I checked and the drive does support it (as I knew it would). What extra parameters does fsck need? It was a fresh install BTW.


----------



## Terpentijn (Dec 8, 2020)

SirDice said:


> It should be on by default and has been the default for quite some time now. But I'm wondering why it would be off, perhaps your SSD doesn't support it? What brand/make/model is it?


Don’t know why it is not set. I did install on a partition and not the whole disk. Maybe that fooled the installer. No idea. I’ll set it manually if I know the right options for the fsck afterwards.


----------



## ralphbsz (Dec 8, 2020)

Terpentijn said:


> I checked and the drive does support it (as I knew it would). What extra parameters does fsck need? It was a fresh install BTW.

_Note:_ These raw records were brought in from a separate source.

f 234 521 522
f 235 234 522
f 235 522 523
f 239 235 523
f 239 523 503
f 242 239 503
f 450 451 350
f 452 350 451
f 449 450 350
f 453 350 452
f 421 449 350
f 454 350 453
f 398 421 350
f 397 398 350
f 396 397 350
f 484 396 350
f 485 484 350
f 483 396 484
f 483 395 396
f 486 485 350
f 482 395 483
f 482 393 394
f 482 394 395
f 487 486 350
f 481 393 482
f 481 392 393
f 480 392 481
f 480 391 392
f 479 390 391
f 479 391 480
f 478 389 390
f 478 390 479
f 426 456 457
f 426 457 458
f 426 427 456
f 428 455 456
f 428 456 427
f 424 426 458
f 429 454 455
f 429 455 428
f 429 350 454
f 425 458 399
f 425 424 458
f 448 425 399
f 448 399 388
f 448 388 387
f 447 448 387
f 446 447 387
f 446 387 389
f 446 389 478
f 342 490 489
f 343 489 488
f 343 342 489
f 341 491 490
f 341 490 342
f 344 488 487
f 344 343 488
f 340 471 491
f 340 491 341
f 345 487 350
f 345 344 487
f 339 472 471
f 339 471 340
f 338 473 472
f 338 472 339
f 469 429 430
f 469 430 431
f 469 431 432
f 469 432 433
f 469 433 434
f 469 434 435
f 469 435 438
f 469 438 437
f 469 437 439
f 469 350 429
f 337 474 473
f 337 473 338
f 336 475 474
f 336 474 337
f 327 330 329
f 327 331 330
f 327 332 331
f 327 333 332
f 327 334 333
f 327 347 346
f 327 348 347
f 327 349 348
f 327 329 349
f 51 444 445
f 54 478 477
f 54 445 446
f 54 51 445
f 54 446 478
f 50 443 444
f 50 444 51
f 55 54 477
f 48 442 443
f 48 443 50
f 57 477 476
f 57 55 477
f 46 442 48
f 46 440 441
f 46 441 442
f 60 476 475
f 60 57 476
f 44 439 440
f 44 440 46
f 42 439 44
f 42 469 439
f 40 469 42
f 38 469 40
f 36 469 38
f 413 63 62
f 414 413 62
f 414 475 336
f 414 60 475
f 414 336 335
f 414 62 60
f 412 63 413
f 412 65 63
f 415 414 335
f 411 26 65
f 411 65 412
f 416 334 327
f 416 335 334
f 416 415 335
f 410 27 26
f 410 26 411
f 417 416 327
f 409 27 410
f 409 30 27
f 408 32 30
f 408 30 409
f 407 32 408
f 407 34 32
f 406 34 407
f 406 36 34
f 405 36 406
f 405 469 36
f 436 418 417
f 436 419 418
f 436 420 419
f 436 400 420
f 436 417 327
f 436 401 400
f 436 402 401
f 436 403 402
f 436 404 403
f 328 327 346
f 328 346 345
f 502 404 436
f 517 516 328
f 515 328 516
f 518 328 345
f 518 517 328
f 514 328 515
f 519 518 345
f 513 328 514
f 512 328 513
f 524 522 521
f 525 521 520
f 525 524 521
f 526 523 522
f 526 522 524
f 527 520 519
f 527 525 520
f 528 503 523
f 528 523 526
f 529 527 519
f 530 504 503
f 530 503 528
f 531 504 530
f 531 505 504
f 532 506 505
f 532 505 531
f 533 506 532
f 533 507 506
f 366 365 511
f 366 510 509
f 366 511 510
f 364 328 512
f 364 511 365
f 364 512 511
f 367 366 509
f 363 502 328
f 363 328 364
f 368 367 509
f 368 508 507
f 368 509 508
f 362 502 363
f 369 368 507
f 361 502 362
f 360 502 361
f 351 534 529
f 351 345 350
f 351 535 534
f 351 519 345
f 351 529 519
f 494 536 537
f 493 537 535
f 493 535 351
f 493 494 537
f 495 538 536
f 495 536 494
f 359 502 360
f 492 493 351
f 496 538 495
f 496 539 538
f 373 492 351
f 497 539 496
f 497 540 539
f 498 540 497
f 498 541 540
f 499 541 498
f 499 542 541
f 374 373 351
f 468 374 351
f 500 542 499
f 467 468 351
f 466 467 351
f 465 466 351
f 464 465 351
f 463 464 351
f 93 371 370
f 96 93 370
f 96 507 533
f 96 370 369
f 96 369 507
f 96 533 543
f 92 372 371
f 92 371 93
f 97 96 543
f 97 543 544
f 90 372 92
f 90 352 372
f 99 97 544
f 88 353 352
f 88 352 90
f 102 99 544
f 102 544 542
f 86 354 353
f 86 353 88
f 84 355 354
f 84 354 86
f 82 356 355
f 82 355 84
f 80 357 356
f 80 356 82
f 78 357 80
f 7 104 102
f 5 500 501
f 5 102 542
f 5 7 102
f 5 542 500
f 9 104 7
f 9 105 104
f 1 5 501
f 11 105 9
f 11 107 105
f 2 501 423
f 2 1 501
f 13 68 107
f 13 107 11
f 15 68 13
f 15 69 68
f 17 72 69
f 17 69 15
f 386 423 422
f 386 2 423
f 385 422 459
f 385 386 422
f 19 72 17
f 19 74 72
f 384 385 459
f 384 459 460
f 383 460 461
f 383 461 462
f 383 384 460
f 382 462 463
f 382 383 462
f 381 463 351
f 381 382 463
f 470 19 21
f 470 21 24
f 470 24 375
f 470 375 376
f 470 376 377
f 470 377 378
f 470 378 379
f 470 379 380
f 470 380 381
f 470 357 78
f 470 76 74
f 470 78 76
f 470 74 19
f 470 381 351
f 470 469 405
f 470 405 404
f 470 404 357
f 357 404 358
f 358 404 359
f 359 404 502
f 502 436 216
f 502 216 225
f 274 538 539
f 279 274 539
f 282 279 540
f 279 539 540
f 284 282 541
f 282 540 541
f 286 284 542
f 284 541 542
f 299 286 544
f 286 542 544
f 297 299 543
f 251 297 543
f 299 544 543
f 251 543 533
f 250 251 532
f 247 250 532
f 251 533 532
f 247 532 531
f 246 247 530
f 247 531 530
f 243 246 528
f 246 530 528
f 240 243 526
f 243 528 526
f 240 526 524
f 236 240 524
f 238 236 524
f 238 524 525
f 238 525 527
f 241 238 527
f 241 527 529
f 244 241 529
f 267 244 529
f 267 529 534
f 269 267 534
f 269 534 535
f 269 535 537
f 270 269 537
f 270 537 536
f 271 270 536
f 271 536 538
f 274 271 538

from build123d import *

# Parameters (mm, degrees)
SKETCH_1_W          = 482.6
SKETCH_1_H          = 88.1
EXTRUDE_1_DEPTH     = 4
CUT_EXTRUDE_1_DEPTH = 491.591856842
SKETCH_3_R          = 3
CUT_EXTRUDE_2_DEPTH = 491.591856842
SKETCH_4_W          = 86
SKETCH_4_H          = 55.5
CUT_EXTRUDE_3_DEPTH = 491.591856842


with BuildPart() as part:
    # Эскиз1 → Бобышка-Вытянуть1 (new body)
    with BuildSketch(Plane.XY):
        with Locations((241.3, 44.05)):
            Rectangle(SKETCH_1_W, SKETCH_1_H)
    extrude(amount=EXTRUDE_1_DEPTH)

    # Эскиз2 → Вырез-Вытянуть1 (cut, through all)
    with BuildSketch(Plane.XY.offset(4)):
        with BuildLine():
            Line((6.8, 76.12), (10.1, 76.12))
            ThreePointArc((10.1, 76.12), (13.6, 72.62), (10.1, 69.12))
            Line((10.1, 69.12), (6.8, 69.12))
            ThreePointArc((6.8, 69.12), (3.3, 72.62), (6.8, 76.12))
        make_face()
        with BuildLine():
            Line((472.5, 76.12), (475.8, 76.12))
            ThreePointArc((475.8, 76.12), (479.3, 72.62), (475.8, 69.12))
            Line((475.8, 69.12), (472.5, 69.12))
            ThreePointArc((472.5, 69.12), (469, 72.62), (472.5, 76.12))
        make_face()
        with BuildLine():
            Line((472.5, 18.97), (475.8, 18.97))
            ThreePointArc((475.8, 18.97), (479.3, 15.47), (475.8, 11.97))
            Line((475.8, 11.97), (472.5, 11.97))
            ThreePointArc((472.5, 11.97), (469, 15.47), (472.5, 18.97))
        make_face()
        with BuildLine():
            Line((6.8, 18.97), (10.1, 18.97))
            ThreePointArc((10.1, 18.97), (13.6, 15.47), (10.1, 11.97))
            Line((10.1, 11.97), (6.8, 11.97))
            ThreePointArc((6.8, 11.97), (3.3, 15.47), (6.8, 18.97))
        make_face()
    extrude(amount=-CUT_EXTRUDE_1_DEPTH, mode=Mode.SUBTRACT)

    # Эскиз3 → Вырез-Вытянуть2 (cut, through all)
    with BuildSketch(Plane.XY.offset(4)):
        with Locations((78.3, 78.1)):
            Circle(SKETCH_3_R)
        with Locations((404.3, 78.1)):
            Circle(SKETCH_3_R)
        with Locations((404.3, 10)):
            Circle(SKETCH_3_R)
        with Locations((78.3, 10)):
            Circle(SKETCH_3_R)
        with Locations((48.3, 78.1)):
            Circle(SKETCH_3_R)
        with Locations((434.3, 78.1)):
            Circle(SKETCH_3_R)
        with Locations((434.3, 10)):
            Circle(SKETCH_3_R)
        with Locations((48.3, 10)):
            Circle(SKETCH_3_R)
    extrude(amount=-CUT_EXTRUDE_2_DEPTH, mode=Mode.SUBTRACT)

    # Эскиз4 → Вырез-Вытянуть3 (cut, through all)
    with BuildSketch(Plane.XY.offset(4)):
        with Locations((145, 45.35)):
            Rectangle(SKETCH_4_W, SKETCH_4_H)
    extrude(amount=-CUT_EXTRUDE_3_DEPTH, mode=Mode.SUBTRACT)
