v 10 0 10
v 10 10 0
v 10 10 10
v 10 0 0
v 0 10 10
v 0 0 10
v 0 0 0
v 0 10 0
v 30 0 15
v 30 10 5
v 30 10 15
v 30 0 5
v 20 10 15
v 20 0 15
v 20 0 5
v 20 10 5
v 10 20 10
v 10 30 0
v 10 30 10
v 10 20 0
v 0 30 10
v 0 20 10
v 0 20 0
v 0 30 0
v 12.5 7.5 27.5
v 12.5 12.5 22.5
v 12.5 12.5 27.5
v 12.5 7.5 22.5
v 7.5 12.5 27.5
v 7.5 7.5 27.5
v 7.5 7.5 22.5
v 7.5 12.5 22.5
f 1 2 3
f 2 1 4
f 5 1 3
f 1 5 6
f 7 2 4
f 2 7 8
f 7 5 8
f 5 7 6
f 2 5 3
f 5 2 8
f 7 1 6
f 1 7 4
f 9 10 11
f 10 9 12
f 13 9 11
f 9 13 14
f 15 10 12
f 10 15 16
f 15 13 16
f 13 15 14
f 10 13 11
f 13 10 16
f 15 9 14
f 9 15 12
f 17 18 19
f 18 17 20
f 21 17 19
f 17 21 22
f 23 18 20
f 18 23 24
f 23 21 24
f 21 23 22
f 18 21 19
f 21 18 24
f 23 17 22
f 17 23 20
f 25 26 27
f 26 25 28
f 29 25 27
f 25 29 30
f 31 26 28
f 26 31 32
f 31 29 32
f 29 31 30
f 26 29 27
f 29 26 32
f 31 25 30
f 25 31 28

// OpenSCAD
use <../nscad-lib.scad>

color("lightgray") cube(10);
color("orange") move(20, 0, 5) cube(10);    // = translate([20,0,5])
color("orange") m(0, 20) cube(10);           // Kurzform
color("orange") moveR(1, 1, 3) cube(5);     // Rastereinheiten (7.5 mm)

Is this UFS? If yes, first enable trim with tunefs. Read the man page, and look for the section that discusses trim; I vaguely remember the -t option. From now on, when files are deleted, the underlying blocks will be trimmed. But the blocks of already deleted files will not be trimmed. For that, you need to also run fsck_ffs with the -E flag. Before running that, please read the man page. And if this is your root file system, it probably has to be done in single-user mode (not sure about that, if you do -E only, it might be possible to do when mounted read-write).

For ZFS: Look here in older discussions; I haven't done ZFS with SSDs yet, so I don't remember how Trim is done.


----------